Hessian-aware Quantized Node Embeddings for Recommendation

TL;DR

This paper introduces HQ-GNN, a Hessian-aware quantized graph neural network that compresses node embeddings into low-bit representations, reducing memory and inference time while maintaining high recommendation accuracy.

Contribution

The paper proposes a novel Hessian-aware quantization method for GNNs that improves gradient stability and performance in discrete node embedding representations.

Findings

HQ-GNN reduces memory usage and inference latency.

It achieves comparable recommendation accuracy to full-precision GNNs.

The method demonstrates effectiveness on large-scale datasets.

Abstract

Graph Neural Networks (GNNs) have achieved state-of-the-art performance in recommender systems.
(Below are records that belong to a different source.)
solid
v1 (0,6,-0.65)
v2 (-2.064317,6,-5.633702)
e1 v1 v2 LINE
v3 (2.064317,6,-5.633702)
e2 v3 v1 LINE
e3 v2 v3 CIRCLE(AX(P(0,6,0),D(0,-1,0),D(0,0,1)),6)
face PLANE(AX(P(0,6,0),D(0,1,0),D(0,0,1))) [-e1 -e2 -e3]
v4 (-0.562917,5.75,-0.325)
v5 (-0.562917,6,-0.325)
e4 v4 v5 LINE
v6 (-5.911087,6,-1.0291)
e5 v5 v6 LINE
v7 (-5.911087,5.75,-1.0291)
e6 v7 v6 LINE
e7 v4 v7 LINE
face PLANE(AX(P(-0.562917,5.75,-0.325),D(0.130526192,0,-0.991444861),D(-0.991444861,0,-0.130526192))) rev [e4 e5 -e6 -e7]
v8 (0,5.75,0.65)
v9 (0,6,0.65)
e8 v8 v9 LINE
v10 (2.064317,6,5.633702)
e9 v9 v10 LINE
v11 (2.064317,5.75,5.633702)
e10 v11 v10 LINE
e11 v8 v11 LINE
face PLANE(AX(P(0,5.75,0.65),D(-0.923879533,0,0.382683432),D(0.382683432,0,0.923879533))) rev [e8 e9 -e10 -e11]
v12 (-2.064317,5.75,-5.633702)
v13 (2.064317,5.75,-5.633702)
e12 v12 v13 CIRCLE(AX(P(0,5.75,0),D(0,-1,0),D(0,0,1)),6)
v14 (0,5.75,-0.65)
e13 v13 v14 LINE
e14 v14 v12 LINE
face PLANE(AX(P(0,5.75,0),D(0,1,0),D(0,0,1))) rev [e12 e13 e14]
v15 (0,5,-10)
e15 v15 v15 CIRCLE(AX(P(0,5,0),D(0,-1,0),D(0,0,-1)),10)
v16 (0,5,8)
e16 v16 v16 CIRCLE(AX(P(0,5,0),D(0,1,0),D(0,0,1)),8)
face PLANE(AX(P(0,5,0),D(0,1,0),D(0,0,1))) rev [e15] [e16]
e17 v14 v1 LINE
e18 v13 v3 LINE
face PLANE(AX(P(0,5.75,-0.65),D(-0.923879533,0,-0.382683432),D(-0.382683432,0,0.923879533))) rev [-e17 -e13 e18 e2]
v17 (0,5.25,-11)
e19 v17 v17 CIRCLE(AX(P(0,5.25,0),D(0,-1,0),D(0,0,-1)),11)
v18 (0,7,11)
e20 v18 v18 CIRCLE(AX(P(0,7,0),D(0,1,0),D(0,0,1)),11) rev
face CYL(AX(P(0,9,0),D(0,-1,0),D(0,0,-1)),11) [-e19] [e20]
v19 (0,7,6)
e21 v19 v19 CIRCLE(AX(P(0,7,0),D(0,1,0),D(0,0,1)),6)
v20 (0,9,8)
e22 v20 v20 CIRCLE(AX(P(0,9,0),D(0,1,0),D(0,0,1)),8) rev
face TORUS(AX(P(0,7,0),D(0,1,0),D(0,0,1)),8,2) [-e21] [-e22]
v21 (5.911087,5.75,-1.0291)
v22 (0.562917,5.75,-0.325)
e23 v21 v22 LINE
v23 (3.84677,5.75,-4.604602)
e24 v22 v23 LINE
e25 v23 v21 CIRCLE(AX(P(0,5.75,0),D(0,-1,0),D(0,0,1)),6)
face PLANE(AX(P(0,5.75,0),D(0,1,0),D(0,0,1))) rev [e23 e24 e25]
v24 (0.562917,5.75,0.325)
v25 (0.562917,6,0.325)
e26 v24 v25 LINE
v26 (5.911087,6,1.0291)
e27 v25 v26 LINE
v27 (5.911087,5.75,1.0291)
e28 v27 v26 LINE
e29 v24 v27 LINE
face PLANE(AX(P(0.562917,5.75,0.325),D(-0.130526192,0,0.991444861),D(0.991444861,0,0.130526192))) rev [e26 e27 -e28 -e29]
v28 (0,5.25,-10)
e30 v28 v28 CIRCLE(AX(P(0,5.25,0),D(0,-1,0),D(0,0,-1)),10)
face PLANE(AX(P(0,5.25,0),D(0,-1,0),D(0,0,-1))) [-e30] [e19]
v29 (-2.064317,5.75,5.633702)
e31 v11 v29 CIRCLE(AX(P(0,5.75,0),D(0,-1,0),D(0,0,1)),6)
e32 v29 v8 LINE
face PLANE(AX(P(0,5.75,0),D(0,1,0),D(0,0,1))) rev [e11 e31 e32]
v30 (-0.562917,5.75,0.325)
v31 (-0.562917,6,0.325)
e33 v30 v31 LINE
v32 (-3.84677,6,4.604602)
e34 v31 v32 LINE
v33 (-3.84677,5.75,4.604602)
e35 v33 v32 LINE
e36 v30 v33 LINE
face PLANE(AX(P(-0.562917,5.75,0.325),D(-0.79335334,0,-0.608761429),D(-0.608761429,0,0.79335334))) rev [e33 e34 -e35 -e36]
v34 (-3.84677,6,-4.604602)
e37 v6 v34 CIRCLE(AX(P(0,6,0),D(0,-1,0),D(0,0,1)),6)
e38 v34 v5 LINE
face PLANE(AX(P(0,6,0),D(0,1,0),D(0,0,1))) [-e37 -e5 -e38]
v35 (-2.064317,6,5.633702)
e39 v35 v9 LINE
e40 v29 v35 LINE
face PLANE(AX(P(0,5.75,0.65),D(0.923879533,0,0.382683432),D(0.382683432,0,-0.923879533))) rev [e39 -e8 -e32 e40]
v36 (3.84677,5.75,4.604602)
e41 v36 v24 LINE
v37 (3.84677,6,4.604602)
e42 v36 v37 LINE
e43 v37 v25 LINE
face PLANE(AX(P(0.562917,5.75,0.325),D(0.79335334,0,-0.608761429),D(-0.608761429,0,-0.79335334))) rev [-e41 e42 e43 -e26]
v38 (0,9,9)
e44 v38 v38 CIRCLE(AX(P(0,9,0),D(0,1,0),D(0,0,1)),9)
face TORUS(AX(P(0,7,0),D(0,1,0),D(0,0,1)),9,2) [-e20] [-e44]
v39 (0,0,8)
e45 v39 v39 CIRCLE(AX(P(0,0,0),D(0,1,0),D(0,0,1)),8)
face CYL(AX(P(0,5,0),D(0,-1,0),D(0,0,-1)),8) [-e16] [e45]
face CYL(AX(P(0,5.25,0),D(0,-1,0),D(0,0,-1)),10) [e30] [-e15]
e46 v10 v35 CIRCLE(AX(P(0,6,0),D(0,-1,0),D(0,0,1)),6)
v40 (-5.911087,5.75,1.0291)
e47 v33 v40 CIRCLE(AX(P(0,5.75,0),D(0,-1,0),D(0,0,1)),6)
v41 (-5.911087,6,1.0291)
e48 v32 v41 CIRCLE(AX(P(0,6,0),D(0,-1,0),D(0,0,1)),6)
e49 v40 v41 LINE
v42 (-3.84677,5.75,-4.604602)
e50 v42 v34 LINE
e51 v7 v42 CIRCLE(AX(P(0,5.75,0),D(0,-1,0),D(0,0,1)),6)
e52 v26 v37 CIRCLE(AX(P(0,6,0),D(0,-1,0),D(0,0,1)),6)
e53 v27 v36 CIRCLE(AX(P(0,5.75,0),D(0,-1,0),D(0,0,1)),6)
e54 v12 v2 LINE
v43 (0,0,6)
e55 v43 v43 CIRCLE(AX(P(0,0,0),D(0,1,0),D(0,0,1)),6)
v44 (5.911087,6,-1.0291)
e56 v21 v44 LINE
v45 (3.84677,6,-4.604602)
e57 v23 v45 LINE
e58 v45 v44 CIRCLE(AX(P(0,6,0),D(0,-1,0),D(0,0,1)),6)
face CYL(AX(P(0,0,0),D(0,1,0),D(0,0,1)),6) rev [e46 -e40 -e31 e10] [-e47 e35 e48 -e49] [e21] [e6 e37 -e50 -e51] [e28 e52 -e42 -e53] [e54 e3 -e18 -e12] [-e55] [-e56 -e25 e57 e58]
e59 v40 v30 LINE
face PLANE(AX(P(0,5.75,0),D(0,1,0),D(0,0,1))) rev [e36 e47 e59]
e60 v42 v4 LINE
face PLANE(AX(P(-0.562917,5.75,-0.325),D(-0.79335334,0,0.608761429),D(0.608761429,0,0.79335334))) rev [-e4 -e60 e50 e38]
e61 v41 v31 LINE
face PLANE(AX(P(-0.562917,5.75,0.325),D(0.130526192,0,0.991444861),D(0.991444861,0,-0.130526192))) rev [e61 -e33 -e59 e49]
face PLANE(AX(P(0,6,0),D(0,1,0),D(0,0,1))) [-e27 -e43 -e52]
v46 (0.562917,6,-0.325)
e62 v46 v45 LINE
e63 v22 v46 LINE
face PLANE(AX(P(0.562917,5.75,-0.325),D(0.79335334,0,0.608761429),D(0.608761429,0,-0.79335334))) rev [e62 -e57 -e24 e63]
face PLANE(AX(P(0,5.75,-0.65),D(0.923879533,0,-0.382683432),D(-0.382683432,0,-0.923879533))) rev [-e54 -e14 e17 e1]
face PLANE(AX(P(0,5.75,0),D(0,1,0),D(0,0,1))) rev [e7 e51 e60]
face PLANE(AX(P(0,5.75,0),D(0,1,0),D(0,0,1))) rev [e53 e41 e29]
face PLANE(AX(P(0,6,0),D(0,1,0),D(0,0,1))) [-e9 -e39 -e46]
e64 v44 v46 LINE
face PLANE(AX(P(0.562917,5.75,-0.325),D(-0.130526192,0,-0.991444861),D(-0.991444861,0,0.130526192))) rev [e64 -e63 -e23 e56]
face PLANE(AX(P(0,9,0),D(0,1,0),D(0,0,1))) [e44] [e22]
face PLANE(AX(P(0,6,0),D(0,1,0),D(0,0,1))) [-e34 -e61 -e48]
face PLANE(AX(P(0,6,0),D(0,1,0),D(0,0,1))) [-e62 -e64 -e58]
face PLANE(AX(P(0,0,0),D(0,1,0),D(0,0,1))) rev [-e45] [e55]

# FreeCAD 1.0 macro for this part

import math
import FreeCAD as App
import Part
import Sketcher
Q = App.Units.Quantity


def edges_at(feature, points):
    """Names of the edges that pass closest to the given points."""
    edges = feature.Shape.Edges
    near = lambda p: min(range(len(edges)), key=lambda i: edges[i].distToShape(Part.Vertex(*p))[0])
    return sorted({f"Edge{near(p) + 1}" for p in points})

doc = App.newDocument("Part")
body = doc.addObject("PartDesign::Body", "Body")

sketch1 = doc.addObject("Sketcher::SketchObject", "Sketch")
body.addObject(sketch1)
sketch1.AttachmentSupport = (doc.XZ_Plane, [""])
sketch1.MapMode = "FlatFace"
sketch1.addGeometry(Part.Circle(App.Vector(0, 0, 0), App.Vector(0, 0, 1), 8), False)
sketch1.addConstraint(Sketcher.Constraint("Coincident", 0, 3, -1, 1))
sketch1.addConstraint(Sketcher.Constraint("Diameter", 0, Q("16 mm")))
pad1 = doc.addObject("PartDesign::Pad", "Pad")
body.addObject(pad1)
pad1.Profile = sketch1
pad1.Length = 5
pad1.Reversed = True

sketch2 = doc.addObject("Sketcher::SketchObject", "Sketch001")
body.addObject(sketch2)
sketch2.AttachmentSupport = (doc.XZ_Plane, [""])
sketch2.MapMode = "FlatFace"
sketch2.AttachmentOffset = App.Placement(App.Vector(0, 0, -5), App.Rotation())
sketch2.addGeometry(Part.Circle(App.Vector(0, 0, 0), App.Vector(0, 0, 1), 11), False)
sketch2.addConstraint(Sketcher.Constraint("Coincident", 0, 3, -1, 1))
sketch2.addConstraint(Sketcher.Constraint("Diameter", 0, Q("22 mm")))
pad2 = doc.addObject("PartDesign::Pad", "Pad001")
body.addObject(pad2)
pad2.Profile = sketch2
pad2.Length = 4
pad2.Reversed = True

sketch3 = doc.addObject("Sketcher::SketchObject", "Sketch002")
body.addObject(sketch3)
sketch3.AttachmentSupport = (doc.XZ_Plane, [""])
sketch3.MapMode = "FlatFace"
sketch3.AttachmentOffset = App.Placement(App.Vector(0, 0, -9), App.Rotation())
sketch3.addGeometry(Part.Circle(App.Vector(0, 0, 0), App.Vector(0, 0, 1), 6), False)
sketch3.addConstraint(Sketcher.Constraint("Coincident", 0, 3, -1, 1))
sketch3.addConstraint(Sketcher.Constraint("Diameter", 0, Q("12 mm")))
pocket1 = doc.addObject("PartDesign::Pocket", "Pocket")
body.addObject(pocket1)
pocket1.Profile = sketch3
pocket1.Type = "ThroughAll"
pocket1.Reversed = True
Nevertheless, the process of searching and ranking from a large item corpus usually requires high latency, which limits the widespread deployment of GNNs in industry-scale applications. To address this issue, many methods compress user/item representations into the binary embedding space to reduce space requirements and accelerate inference. Also, they use the Straight-through Estimator (STE) to prevent vanishing gradients during back-propagation. However, the STE often causes the gradient mismatch problem, leading to sub-optimal results. In this work, we present the Hessian-aware Quantized GNN (HQ-GNN) as an effective solution for discrete representations of users/items that enable fast retrieval. HQ-GNN is composed of two components: a GNN encoder for learning continuous node embeddings and a quantized module for compressing full-precision embeddings into low-bit ones. Consequently, HQ-GNN benefits from both lower memory requirements and faster inference speeds compared to vanilla GNNs. To address the gradient mismatch problem in STE, we further consider the quantized errors and its second-order derivatives for better stability. The experimental results on several large-scale datasets show that HQ-GNN achieves a good balance between latency and performance.